TASK: Copy out exactly the stretch of the listing below that begins at the line containing "e148 v104 v85 LINE" and ends at the line containing "e156 v71 v30 LINE", and copy nothing outside it.

EXERCISE DATA:
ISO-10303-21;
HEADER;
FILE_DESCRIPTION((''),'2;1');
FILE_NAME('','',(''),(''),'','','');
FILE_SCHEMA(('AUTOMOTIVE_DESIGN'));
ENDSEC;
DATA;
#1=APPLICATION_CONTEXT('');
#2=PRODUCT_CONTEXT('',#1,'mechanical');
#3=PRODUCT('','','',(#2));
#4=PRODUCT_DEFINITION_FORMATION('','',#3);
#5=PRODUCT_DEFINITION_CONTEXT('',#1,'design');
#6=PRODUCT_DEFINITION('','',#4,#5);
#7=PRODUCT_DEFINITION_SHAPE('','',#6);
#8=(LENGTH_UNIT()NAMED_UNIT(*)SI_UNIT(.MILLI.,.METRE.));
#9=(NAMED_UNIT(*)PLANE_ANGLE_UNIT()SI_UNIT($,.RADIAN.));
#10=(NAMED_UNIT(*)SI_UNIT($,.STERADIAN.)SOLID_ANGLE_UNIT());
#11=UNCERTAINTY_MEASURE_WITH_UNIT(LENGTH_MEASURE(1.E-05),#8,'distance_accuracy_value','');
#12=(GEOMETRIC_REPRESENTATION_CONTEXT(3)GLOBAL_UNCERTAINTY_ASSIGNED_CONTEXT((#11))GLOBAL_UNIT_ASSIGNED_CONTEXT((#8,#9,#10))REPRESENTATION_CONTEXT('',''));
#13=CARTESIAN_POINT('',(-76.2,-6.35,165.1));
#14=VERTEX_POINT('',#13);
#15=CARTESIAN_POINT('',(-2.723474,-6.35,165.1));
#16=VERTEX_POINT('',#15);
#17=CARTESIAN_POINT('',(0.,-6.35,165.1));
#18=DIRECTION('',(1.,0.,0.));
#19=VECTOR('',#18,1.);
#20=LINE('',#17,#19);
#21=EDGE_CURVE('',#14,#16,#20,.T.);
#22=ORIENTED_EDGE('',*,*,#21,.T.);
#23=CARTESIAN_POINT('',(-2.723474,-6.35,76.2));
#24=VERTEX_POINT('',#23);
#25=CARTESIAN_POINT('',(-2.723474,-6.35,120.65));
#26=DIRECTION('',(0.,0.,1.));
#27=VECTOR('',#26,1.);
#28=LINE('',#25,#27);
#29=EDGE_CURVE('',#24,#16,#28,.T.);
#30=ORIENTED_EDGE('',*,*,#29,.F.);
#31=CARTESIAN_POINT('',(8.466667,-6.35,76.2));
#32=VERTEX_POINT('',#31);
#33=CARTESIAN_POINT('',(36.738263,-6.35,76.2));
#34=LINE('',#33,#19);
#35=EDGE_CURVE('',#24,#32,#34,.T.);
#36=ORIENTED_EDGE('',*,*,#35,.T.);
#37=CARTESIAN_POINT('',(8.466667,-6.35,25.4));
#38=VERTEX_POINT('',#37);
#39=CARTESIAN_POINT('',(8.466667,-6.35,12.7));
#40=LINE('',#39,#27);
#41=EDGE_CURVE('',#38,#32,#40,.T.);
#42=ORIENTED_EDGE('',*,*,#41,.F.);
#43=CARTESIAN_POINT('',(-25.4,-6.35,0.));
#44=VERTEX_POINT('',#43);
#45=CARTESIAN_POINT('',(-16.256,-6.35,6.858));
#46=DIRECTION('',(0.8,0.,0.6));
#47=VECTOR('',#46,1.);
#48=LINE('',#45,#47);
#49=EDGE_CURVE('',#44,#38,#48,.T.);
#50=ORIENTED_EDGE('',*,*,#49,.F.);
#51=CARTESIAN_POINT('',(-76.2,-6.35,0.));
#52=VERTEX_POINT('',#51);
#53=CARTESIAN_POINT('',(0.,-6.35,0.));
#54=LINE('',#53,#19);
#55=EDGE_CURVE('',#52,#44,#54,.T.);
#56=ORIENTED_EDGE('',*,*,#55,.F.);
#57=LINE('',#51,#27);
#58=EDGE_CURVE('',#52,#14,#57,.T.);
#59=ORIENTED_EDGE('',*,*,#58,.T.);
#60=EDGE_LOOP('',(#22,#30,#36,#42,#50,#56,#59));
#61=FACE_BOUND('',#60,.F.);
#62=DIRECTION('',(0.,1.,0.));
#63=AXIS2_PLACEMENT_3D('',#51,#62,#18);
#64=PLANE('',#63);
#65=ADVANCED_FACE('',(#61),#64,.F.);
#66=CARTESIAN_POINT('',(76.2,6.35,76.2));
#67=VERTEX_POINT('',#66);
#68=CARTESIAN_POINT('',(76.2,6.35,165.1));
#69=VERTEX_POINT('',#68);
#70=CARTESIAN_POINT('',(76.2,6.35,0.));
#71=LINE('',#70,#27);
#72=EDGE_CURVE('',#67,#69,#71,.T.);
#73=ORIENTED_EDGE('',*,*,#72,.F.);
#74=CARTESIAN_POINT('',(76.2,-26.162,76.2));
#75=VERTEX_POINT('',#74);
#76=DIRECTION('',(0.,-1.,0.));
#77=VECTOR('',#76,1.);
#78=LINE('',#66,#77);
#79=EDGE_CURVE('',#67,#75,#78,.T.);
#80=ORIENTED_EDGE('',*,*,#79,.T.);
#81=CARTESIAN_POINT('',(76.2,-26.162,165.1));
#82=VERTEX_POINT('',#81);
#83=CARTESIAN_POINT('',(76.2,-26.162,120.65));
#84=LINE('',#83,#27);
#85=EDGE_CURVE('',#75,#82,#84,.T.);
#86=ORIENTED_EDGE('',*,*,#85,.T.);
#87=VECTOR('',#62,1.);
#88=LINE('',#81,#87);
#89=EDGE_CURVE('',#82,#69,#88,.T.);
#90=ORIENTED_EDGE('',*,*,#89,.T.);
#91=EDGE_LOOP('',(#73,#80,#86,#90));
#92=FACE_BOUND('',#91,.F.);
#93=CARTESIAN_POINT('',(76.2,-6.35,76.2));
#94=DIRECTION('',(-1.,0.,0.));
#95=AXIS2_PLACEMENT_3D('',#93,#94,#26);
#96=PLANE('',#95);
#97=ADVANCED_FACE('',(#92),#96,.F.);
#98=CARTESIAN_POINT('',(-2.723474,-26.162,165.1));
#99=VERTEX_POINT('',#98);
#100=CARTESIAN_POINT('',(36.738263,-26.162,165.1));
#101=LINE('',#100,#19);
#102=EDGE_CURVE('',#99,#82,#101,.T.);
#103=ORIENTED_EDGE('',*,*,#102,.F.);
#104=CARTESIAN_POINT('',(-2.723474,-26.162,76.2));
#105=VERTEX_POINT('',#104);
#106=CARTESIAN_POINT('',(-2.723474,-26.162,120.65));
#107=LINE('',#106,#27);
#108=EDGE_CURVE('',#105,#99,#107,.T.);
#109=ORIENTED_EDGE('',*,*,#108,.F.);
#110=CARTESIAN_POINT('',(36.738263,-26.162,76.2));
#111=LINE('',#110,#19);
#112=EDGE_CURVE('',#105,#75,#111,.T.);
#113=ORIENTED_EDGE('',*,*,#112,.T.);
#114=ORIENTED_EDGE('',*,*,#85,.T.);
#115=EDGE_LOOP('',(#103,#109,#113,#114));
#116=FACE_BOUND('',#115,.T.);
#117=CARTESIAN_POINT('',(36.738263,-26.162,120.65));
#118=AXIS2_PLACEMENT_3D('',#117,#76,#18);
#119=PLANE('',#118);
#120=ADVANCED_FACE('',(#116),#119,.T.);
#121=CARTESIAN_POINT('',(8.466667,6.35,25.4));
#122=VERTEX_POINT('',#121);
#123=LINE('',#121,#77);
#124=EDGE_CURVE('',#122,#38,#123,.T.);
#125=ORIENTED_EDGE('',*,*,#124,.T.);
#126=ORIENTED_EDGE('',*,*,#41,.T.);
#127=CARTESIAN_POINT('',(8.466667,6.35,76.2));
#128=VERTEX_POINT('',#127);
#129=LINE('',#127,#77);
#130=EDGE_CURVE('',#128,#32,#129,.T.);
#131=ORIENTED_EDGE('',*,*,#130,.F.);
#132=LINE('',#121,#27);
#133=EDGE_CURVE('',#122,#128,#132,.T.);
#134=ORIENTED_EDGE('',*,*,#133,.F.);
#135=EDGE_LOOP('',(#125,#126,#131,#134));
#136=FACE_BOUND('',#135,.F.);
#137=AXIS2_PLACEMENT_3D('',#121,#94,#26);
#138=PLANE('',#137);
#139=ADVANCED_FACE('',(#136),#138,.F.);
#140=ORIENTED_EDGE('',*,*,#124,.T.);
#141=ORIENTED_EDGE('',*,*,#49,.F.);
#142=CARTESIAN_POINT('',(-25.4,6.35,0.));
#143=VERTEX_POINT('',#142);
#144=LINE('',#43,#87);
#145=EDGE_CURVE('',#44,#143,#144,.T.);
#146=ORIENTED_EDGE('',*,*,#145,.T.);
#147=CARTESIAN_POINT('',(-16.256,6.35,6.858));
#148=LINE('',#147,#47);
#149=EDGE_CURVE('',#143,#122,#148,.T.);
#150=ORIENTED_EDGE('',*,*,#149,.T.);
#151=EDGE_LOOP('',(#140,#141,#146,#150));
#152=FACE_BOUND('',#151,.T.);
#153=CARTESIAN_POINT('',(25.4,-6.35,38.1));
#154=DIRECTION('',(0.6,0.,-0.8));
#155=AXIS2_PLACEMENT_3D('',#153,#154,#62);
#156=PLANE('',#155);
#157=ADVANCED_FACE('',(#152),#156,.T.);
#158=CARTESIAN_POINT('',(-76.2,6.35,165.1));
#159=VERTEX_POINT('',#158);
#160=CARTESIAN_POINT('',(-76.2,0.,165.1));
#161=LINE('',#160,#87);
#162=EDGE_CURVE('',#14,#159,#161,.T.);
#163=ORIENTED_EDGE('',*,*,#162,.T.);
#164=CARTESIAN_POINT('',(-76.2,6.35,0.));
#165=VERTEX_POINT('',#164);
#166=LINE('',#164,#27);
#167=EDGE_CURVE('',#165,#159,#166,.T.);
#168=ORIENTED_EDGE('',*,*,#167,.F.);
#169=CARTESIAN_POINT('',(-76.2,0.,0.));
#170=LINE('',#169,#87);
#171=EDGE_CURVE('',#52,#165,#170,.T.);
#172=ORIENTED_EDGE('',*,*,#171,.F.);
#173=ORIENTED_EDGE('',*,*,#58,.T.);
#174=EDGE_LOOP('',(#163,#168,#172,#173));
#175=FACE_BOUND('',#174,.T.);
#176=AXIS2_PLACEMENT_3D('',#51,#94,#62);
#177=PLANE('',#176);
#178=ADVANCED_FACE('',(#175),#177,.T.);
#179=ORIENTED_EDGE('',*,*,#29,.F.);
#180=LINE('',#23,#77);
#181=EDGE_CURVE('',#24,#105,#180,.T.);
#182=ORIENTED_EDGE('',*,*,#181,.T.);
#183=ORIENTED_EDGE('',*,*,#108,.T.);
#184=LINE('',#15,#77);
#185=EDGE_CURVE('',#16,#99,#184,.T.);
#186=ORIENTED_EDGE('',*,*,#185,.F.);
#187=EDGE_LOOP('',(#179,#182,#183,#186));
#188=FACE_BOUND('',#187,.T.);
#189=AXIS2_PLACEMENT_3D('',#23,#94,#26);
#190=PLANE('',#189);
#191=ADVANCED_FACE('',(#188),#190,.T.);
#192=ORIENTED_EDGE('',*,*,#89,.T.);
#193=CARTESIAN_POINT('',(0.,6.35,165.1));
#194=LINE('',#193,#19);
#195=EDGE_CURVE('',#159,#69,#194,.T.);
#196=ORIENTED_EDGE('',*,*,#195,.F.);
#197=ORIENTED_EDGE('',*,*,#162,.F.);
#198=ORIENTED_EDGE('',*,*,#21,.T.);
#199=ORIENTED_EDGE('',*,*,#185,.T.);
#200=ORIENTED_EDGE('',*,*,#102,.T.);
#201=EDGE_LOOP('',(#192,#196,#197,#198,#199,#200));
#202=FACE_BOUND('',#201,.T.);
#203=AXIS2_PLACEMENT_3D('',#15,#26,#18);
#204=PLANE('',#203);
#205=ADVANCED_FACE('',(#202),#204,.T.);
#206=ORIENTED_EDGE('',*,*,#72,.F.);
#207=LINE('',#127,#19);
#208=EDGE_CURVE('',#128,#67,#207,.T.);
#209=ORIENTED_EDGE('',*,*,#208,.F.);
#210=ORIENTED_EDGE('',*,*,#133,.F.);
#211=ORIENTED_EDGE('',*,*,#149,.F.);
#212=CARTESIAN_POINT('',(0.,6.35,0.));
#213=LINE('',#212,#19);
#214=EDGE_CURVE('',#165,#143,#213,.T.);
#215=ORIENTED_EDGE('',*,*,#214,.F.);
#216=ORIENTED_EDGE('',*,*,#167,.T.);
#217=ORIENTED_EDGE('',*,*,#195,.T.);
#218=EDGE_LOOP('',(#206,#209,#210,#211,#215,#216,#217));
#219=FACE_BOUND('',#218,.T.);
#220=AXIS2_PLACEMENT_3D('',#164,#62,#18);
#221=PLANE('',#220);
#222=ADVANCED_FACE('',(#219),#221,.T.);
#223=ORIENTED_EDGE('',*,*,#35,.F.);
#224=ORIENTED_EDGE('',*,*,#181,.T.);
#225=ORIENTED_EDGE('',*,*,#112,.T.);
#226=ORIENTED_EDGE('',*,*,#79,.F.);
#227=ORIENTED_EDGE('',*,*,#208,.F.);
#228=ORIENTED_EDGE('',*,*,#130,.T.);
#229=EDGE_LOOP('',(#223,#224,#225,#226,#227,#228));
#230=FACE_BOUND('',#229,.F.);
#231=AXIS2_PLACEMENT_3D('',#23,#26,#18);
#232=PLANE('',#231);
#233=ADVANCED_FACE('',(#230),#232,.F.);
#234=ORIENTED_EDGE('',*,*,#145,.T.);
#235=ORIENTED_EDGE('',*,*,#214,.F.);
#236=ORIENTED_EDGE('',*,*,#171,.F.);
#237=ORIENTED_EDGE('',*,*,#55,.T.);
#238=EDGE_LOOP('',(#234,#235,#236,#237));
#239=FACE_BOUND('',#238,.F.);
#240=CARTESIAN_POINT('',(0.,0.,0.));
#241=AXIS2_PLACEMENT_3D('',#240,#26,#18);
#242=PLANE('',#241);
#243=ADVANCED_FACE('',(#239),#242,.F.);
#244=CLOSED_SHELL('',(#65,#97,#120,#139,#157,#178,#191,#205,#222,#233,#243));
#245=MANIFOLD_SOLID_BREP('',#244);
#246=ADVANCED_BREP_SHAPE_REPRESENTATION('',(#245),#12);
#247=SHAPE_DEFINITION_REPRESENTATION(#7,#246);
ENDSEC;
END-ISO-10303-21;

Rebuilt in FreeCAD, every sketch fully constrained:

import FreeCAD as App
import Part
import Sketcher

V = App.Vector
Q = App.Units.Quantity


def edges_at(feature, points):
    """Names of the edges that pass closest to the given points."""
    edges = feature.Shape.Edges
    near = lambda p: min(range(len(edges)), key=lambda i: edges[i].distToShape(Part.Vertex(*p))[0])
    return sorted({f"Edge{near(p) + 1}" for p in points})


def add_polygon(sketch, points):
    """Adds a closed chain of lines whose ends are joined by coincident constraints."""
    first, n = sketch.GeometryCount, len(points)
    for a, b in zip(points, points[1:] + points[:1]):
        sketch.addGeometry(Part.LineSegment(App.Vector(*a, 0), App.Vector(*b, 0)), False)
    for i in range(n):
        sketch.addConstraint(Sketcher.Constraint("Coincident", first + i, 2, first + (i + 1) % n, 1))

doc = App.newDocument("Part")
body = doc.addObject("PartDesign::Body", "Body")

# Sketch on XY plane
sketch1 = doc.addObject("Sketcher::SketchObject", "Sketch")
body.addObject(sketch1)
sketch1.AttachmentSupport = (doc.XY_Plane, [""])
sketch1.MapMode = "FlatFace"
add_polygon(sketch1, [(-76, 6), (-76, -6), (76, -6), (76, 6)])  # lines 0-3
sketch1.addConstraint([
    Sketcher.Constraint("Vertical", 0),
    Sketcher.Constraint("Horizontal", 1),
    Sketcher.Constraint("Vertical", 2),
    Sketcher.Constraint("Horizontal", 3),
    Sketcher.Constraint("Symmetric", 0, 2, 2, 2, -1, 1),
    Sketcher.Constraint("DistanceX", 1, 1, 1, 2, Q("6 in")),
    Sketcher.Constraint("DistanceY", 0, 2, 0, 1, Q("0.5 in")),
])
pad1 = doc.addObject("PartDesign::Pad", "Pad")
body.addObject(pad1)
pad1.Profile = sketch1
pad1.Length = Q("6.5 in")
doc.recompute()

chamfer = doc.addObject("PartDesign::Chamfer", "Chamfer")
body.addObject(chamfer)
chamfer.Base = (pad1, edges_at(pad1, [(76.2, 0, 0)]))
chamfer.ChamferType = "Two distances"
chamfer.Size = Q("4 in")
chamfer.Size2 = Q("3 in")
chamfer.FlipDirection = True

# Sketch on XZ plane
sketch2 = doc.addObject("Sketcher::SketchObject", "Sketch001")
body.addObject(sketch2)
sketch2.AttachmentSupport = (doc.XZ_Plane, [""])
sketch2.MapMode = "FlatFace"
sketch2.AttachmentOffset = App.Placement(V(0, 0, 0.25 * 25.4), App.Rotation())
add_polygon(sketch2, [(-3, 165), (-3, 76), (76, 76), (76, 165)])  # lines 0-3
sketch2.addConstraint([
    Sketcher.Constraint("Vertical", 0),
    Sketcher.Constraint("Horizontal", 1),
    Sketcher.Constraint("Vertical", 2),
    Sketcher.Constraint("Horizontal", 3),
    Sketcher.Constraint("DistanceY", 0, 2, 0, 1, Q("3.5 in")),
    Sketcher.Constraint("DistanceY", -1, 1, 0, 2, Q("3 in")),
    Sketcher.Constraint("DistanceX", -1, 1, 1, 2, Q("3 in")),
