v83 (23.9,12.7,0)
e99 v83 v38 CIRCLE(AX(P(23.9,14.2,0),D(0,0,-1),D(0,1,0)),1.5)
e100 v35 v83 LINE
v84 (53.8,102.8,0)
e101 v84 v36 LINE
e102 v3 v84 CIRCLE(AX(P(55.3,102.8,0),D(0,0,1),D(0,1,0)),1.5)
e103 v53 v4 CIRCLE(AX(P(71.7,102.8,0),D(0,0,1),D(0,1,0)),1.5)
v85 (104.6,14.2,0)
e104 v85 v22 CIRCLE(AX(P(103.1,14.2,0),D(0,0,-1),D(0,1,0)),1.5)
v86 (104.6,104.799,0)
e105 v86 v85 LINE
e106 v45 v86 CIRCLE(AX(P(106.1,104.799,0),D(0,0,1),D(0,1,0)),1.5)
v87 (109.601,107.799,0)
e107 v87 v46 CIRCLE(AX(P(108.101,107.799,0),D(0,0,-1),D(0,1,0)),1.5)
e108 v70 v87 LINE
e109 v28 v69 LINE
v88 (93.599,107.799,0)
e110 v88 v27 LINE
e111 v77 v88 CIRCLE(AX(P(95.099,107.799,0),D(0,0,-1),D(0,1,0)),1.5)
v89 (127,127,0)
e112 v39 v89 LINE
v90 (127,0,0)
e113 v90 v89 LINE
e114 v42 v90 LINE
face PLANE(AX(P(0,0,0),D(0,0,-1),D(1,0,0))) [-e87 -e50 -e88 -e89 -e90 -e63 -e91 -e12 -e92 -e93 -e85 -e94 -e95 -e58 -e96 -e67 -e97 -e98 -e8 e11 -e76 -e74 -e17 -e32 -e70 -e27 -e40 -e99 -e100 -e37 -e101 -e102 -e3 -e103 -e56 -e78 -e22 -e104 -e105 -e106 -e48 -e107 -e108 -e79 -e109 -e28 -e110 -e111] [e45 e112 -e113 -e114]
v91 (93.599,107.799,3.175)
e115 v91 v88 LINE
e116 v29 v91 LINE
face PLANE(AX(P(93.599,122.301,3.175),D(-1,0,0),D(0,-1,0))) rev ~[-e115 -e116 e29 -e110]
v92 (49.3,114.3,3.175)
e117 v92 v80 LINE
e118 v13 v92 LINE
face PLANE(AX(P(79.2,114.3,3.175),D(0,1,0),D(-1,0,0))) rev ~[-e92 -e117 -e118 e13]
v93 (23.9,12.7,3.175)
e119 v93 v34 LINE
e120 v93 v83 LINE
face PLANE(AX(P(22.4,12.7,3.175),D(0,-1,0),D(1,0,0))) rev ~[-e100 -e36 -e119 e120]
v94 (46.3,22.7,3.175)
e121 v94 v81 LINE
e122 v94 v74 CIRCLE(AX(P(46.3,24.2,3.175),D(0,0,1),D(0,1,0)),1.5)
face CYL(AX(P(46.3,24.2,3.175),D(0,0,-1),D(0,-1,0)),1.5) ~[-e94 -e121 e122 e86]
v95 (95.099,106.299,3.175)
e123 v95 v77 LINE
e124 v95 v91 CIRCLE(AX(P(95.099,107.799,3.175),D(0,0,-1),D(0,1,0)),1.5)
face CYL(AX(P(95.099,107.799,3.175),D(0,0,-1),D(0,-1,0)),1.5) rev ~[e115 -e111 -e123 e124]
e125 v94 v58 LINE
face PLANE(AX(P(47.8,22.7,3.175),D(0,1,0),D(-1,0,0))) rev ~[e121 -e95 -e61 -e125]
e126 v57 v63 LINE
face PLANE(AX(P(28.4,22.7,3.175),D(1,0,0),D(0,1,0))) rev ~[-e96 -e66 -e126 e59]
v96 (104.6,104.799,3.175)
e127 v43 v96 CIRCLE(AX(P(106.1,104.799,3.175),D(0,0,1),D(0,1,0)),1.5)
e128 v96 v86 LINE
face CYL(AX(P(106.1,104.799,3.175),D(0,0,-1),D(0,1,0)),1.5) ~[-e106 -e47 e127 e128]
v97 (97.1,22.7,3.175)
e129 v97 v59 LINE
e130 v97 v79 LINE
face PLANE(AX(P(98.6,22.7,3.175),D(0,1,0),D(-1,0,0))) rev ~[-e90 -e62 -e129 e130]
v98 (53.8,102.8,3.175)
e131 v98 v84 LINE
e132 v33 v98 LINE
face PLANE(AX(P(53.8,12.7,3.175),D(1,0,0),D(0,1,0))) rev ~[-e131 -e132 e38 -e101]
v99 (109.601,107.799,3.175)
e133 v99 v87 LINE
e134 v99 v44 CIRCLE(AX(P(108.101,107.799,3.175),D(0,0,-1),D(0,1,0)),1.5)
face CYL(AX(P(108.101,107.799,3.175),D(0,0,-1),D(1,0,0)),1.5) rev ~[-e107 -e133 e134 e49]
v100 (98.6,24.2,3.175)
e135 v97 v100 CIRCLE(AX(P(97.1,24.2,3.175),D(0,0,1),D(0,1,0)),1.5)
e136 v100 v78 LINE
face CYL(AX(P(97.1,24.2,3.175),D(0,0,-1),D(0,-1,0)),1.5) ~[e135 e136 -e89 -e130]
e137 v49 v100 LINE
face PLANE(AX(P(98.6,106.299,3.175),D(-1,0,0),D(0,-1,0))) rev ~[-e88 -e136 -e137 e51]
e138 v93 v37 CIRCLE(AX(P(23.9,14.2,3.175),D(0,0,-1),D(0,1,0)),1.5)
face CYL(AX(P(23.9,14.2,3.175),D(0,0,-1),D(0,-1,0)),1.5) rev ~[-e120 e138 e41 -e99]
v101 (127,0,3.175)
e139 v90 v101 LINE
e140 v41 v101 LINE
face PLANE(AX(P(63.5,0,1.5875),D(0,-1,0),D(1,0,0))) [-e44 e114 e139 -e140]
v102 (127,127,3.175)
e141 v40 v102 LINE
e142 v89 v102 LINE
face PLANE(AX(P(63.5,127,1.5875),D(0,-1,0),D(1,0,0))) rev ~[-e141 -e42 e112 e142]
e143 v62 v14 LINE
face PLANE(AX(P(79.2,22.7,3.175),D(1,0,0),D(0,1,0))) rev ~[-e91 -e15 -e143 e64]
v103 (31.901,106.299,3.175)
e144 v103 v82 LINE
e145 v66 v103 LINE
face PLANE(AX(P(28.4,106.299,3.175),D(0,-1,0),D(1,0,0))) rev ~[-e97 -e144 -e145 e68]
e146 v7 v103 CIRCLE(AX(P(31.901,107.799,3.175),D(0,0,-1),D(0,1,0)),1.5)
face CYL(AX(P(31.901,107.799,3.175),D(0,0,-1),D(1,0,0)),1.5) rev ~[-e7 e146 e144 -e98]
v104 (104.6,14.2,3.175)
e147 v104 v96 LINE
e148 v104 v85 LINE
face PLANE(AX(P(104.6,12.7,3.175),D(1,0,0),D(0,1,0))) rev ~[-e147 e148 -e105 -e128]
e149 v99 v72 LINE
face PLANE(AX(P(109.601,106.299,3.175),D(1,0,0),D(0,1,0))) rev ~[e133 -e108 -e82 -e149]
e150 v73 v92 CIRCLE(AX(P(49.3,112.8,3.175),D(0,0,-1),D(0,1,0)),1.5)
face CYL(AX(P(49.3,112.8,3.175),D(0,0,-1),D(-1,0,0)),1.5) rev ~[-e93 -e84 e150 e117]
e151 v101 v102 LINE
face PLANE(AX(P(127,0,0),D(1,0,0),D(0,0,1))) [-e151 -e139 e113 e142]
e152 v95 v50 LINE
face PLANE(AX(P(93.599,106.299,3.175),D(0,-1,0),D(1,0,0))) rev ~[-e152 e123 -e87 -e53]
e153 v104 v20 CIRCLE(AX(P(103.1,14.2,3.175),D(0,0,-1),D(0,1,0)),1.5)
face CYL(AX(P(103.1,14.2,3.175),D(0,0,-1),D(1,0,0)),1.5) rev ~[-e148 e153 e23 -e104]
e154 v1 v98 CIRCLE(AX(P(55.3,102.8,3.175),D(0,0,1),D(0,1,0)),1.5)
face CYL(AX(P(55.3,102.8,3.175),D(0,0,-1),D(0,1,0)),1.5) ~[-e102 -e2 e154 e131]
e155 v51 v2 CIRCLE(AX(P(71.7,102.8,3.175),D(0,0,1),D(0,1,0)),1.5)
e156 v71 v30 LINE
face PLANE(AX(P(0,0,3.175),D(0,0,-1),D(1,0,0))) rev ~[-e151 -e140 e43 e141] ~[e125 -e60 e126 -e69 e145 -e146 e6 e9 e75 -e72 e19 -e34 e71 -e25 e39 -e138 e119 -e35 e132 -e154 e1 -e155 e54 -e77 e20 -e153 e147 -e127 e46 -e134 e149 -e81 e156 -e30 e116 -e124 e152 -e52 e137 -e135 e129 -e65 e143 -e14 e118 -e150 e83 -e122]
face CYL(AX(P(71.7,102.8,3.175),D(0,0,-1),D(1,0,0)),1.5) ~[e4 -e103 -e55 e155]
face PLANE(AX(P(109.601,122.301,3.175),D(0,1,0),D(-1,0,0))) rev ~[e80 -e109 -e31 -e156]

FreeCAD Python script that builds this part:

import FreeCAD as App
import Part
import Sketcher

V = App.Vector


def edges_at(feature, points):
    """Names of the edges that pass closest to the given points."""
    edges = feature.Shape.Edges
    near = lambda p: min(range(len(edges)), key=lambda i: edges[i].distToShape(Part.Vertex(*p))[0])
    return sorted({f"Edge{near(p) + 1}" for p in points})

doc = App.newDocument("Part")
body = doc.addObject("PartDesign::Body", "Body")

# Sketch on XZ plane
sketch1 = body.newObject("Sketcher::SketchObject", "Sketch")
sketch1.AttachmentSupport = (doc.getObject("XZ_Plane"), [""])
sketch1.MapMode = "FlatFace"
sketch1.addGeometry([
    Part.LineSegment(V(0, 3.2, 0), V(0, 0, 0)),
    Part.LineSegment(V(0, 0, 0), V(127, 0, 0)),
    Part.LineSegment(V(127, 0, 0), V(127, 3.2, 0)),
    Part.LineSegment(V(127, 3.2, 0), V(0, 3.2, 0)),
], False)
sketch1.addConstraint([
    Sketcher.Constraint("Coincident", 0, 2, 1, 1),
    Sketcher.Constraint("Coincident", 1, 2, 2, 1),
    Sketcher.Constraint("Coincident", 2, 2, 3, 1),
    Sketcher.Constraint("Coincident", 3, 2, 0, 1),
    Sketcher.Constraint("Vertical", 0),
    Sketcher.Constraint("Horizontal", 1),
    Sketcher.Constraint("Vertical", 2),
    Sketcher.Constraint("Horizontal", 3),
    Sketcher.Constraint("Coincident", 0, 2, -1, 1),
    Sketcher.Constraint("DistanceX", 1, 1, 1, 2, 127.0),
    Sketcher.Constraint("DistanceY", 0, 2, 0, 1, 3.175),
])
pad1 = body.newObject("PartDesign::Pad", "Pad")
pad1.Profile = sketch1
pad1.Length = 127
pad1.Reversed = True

SOLUTION TO THE PROBLEM:
e148 v104 v85 LINE
face PLANE(AX(P(104.6,12.7,3.175),D(1,0,0),D(0,1,0))) rev ~[-e147 e148 -e105 -e128]
e149 v99 v72 LINE
face PLANE(AX(P(109.601,106.299,3.175),D(1,0,0),D(0,1,0))) rev ~[e133 -e108 -e82 -e149]
e150 v73 v92 CIRCLE(AX(P(49.3,112.8,3.175),D(0,0,-1),D(0,1,0)),1.5)
face CYL(AX(P(49.3,112.8,3.175),D(0,0,-1),D(-1,0,0)),1.5) rev ~[-e93 -e84 e150 e117]
e151 v101 v102 LINE
face PLANE(AX(P(127,0,0),D(1,0,0),D(0,0,1))) [-e151 -e139 e113 e142]
e152 v95 v50 LINE
face PLANE(AX(P(93.599,106.299,3.175),D(0,-1,0),D(1,0,0))) rev ~[-e152 e123 -e87 -e53]
e153 v104 v20 CIRCLE(AX(P(103.1,14.2,3.175),D(0,0,-1),D(0,1,0)),1.5)
face CYL(AX(P(103.1,14.2,3.175),D(0,0,-1),D(1,0,0)),1.5) rev ~[-e148 e153 e23 -e104]
e154 v1 v98 CIRCLE(AX(P(55.3,102.8,3.175),D(0,0,1),D(0,1,0)),1.5)
face CYL(AX(P(55.3,102.8,3.175),D(0,0,-1),D(0,1,0)),1.5) ~[-e102 -e2 e154 e131]
e155 v51 v2 CIRCLE(AX(P(71.7,102.8,3.175),D(0,0,1),D(0,1,0)),1.5)
e156 v71 v30 LINE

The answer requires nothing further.